The Western grammatical tradition would analyse _chitram _in _chitraM vastram_ as an adjective, with no inherent gender of its own, agreeing with a neuter noun _vastram_, while _chitram _"a painting" would be seen as a substantive with an inherent neuter gender. Similarly, _chitraa _in _chitraa paTii_ is an adjective, while _chitraa _"Spica Virginis" is a substantive with an inherent feminine gender. 

Panini however, doesn't distinguish adjectives and nouns: they are both classified as _subanta_-s. He does occasionally speak of _visheShaNa_-s and _visheShya_-s (e.g. A. 1.2.52, 2.1.57), but this refers to a logical relationship between words, not lexical categories.
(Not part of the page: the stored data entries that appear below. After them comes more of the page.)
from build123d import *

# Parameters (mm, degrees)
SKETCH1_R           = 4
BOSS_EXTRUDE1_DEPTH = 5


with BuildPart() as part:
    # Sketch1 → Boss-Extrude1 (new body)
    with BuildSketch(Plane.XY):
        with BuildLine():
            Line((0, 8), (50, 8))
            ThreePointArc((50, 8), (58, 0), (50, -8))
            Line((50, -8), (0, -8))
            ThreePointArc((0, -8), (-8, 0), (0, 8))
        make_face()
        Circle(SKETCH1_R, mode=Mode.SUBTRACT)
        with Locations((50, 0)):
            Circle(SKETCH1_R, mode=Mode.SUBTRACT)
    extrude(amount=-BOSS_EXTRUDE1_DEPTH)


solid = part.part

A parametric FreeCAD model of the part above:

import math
import FreeCAD as App
import Part
import Sketcher

doc = App.newDocument("Part")
body = doc.addObject("PartDesign::Body", "Body")

# Sketch on XY plane
sketch1 = doc.addObject("Sketcher::SketchObject", "Sketch")
body.addObject(sketch1)
sketch1.AttachmentSupport = (doc.XY_Plane, [""])
sketch1.MapMode = "FlatFace"
sketch1.addGeometry(Part.LineSegment(App.Vector(50, 8, 0), App.Vector(0, 8, 0)), False)
sketch1.addGeometry(Part.ArcOfCircle(Part.Circle(App.Vector(0, 0, 0), App.Vector(0, 0, 1), 8), math.radians(90), math.radians(270)), False)
sketch1.addGeometry(Part.LineSegment(App.Vector(0, -8, 0), App.Vector(50, -8, 0)), False)
sketch1.addGeometry(Part.ArcOfCircle(Part.Circle(App.Vector(50, 0, 0), App.Vector(0, 0, 1), 8), math.radians(-90), math.radians(90)), False)
sketch1.addGeometry(Part.Circle(App.Vector(50, 0, 0), App.Vector(0, 0, 1), 4), False)
sketch1.addGeometry(Part.Circle(App.Vector(0, 0, 0), App.Vector(0, 0, 1), 4), False)
sketch1.addConstraint(Sketcher.Constraint("Tangent", 0, 2, 1, 1))
sketch1.addConstraint(Sketcher.Constraint("Tangent", 1, 2, 2, 1))
sketch1.addConstraint(Sketcher.Constraint("Tangent", 2, 2, 3, 1))
sketch1.addConstraint(Sketcher.Constraint("Tangent", 3, 2, 0, 1))
sketch1.addConstraint(Sketcher.Constraint("Horizontal", 0))
sketch1.addConstraint(Sketcher.Constraint("Horizontal", 2))
sketch1.addConstraint(Sketcher.Constraint("Coincident", 1, 3, -1, 1))
sketch1.addConstraint(Sketcher.Constraint("Coincident", 5, 3, -1, 1))
sketch1.addConstraint(Sketcher.Constraint("Coincident", 4, 3, 3, 3))
sketch1.addConstraint(Sketcher.Constraint("Equal", 4, 5))
sketch1.addConstraint(Sketcher.Constraint("Diameter", 4, 8.0))
sketch1.addConstraint(Sketcher.Constraint("Radius", 1, 8.0))
sketch1.addConstraint(Sketcher.Constraint("DistanceX", 0, 2, 0, 1, 50.0))
pad1 = doc.addObject("PartDesign::Pad", "Pad")
body.addObject(pad1)
pad1.Profile = sketch1
pad1.Length = 5
pad1.Reversed = True

doc.recompute()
AFAIK no traditional Sanskrit grammarian accepts _visheShaNa _as a distinct part of speech; instead any word can potentially function as a specification (_visheShaNa_) of another.

For Panini, _chitraa _in _chitraa paTii _and _Chitraa _"Spica Virginis" are not different in lexical terms. From Patanjali's _MahaabhaaShyam _(on A. 1.2.64-10):

न ह्याकृतिपदार्थिकस्य द्रव्यं न पदार्थः द्रव्यपदार्थिकस्य वाकृतिः न पदार्थः . उभयोः उभयं पदार्थः . 
कस्य चित्तु किंचित्प्रधानभूतं किंचिद्गुणभूतम् . आकृतिपदार्थिकस्याकृतिः प्रधानभूता द्रव्यं गुणभूतम् . 
द्रव्यपदार्थिकस्य द्रव्यं प्रधानभूतमाकृतिर्गुणभूता .

In Patanjali's vocabulary, _dravya _= _vyakti_, _aakRiti _= _jaati_. A word can function as both _dravyaM pradhaanabhuutam_ (the specific asterism _Chitraa_) or as _aakRitiH pradhaanabhuutaa_ (_chitraa_ as a _visheShaNa _of _paTii_). But whether _chitraa _functions as _dravyapadaarthika _or _aakRitipadaarthika_, one does not exclude the other.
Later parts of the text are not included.